Let's just assume that mister president sits on nuclear launch button by accident, shall we?

It isn't an amazing novel philosophical insight that type-1 agents 'love' to solve problems in the wrong way. It is fact of life apparent even in the simplest automated software of that kind. You, of course, also have some pretty visualization of what is the scenario where the parameter was minimized or maximized.

edit: also the answers could be really funny. How do we solve global warming? Okay, just abduct the prime minister of china! That should cool the planet off.

Comment author: Incorrect 12 April 2012 09:09:42PM *  0 points [-]

It isn't an amazing novel philosophical insight that type-1 agents 'love' to solve problems in the wrong way. It is fact of life apparent even in the simplest automated software of that kind.

Of course it isn't.

Let's just assume that mister president sits on nuclear launch button by accident, shall we?

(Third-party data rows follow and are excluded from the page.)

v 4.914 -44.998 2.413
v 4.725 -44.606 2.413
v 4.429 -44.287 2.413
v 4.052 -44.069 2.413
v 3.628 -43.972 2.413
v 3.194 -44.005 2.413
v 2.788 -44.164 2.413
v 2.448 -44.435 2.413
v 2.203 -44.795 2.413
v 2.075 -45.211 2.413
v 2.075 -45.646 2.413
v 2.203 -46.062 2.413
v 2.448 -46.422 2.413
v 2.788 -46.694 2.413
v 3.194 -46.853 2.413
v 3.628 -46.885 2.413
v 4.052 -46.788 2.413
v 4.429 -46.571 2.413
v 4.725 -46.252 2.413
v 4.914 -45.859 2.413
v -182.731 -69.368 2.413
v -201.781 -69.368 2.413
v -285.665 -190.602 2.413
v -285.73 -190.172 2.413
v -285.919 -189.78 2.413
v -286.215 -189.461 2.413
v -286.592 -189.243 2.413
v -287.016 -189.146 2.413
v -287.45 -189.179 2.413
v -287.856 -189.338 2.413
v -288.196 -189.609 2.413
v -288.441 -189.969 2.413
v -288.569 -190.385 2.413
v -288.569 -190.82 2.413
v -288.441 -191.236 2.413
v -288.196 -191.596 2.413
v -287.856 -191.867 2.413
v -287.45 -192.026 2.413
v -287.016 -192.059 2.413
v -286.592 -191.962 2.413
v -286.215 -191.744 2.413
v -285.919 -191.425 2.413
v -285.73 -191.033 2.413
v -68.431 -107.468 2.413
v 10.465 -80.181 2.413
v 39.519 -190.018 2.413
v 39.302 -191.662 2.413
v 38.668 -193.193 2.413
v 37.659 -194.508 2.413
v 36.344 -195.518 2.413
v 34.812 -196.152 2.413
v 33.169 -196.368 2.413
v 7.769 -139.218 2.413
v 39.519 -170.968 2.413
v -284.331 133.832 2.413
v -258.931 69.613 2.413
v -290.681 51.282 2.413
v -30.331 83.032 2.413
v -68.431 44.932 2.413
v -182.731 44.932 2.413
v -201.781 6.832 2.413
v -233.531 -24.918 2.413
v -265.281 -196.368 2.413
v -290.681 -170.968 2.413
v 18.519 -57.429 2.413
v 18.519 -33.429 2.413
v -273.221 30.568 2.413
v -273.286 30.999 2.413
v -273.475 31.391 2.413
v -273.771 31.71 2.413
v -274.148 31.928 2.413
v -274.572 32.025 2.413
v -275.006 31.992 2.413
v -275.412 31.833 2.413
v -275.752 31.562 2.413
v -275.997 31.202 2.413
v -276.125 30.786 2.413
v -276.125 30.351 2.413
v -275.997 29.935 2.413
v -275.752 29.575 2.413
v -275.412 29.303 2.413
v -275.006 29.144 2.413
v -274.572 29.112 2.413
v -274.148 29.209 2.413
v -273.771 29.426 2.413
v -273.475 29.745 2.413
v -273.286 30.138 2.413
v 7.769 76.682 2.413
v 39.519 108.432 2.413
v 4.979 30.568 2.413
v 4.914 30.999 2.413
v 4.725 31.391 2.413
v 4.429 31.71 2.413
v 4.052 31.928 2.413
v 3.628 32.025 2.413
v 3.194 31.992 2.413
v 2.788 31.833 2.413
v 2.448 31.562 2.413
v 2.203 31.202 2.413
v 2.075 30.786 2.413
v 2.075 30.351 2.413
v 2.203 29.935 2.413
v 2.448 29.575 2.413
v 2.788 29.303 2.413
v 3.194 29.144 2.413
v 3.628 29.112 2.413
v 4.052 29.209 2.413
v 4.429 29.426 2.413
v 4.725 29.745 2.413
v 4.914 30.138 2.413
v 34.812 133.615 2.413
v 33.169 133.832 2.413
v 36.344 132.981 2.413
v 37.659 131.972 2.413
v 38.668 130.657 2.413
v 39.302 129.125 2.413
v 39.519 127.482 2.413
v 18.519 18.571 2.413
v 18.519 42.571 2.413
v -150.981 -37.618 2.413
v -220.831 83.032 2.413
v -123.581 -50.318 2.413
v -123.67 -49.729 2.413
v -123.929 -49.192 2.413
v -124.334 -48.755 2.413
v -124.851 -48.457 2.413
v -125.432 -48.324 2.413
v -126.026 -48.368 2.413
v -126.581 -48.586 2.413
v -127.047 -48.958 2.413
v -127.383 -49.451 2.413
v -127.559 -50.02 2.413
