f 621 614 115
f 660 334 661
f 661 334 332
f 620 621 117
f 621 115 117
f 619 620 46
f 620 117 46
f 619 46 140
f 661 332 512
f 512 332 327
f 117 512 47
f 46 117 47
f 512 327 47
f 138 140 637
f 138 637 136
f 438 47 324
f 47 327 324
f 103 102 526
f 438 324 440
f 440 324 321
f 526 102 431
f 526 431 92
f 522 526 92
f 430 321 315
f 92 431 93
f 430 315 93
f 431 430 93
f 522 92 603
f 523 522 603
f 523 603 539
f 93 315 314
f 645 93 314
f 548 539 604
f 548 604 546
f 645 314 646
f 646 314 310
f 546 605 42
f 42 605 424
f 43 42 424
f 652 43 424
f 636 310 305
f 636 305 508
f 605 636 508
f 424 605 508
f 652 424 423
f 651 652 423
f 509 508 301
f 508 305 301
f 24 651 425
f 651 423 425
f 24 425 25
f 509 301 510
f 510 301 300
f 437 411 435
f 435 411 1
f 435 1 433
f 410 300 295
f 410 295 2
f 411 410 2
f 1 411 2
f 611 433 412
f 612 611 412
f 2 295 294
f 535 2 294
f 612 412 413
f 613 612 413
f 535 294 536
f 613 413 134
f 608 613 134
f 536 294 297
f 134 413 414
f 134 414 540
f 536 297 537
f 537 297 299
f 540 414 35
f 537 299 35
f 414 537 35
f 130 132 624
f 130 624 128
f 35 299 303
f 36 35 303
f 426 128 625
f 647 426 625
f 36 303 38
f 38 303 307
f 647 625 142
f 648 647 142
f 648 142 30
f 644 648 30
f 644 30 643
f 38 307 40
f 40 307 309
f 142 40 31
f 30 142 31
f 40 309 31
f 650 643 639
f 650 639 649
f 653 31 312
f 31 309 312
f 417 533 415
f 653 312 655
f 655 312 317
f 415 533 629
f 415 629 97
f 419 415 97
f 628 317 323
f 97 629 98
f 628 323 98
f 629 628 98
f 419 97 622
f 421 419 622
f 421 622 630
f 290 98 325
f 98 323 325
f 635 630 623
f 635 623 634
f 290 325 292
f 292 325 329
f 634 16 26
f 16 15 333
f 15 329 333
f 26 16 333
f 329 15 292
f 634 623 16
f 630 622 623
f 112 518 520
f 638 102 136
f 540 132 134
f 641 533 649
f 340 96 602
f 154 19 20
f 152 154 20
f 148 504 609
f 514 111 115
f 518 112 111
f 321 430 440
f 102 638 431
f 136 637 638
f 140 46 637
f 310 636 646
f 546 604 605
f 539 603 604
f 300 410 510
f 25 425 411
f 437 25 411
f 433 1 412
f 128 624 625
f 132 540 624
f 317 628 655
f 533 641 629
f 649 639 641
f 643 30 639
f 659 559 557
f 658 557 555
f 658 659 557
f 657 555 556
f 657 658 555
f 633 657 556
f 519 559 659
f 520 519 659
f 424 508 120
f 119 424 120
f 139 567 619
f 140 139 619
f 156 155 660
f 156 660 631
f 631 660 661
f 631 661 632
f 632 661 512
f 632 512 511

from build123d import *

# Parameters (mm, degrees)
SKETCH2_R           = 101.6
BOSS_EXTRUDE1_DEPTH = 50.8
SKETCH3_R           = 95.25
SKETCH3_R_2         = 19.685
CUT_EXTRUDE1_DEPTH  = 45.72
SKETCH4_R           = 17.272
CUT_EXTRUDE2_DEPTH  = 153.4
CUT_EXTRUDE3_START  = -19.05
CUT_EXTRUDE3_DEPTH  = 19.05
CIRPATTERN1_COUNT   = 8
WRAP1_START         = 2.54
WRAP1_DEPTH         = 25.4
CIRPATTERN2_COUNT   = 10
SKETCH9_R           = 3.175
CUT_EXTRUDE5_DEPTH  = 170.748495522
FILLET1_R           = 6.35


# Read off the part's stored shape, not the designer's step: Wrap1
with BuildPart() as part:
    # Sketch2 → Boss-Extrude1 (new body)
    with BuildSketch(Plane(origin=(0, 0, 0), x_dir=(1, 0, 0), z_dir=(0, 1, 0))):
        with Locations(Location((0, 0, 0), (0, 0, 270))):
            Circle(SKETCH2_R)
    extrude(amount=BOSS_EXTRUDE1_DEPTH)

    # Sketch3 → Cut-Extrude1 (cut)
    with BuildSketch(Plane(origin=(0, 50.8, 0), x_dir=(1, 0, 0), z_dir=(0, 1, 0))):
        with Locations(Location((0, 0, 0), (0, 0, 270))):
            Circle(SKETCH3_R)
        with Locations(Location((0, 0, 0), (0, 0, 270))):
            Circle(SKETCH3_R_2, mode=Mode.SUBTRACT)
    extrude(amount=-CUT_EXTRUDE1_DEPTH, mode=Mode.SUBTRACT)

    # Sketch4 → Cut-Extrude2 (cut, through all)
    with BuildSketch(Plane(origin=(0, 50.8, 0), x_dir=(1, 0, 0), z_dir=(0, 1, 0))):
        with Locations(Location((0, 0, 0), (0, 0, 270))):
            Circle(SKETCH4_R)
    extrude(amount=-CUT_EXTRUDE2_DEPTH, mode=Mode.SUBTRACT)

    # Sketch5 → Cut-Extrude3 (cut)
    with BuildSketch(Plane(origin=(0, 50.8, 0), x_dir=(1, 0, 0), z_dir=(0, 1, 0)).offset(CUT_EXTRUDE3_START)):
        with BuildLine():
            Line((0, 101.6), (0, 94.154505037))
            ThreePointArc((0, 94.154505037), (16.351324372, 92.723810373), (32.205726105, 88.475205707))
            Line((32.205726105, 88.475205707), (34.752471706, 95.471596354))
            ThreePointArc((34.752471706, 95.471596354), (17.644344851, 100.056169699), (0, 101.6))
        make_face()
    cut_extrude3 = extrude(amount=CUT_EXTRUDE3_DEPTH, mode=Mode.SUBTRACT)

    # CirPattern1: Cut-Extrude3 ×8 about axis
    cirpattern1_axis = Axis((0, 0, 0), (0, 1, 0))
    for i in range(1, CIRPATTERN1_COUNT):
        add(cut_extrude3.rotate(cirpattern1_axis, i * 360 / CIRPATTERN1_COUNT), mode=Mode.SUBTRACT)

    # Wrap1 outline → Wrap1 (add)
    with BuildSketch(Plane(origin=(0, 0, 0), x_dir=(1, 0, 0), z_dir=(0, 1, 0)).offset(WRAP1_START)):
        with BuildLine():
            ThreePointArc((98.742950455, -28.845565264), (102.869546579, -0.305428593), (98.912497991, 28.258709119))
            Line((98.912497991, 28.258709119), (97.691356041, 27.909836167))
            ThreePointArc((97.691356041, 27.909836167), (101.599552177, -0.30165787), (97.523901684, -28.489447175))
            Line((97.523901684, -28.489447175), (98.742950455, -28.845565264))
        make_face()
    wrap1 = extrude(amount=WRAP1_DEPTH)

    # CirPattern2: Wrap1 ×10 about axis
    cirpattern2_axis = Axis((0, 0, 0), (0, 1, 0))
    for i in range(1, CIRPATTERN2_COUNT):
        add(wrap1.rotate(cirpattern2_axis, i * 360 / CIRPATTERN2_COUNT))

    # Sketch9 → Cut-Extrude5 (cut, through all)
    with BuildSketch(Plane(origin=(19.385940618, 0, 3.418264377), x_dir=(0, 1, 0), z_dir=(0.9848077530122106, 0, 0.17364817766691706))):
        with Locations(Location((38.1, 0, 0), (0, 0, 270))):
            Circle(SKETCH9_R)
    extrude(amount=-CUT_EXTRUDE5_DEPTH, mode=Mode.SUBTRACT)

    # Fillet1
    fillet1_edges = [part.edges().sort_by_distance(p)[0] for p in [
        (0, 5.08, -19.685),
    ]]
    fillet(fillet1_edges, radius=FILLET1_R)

There are machine learning techniques like genetic programming that can result in black-box models. As I stated earlier, I'm not sure humans will ever combine black-box problem solving techniques with self-optimization and attempt to use the product to solve practical problems; I just think it is dangerous to do so once the techniques become powerful enough.

Comment author: Dmytry 12 April 2012 09:16:20PM *  0 points [-]

There are machine learning techniques like genetic programming that can result in black-box models.

Which are even more prone to outputting crap solutions even without being superintelligent.

Comment author: Incorrect 12 April 2012 09:18:12PM *  1 point [-]

Yup, we seem safe for the moment because we simply lack the ability to create anything dangerous.

Sorry you're being downvoted. It's not me.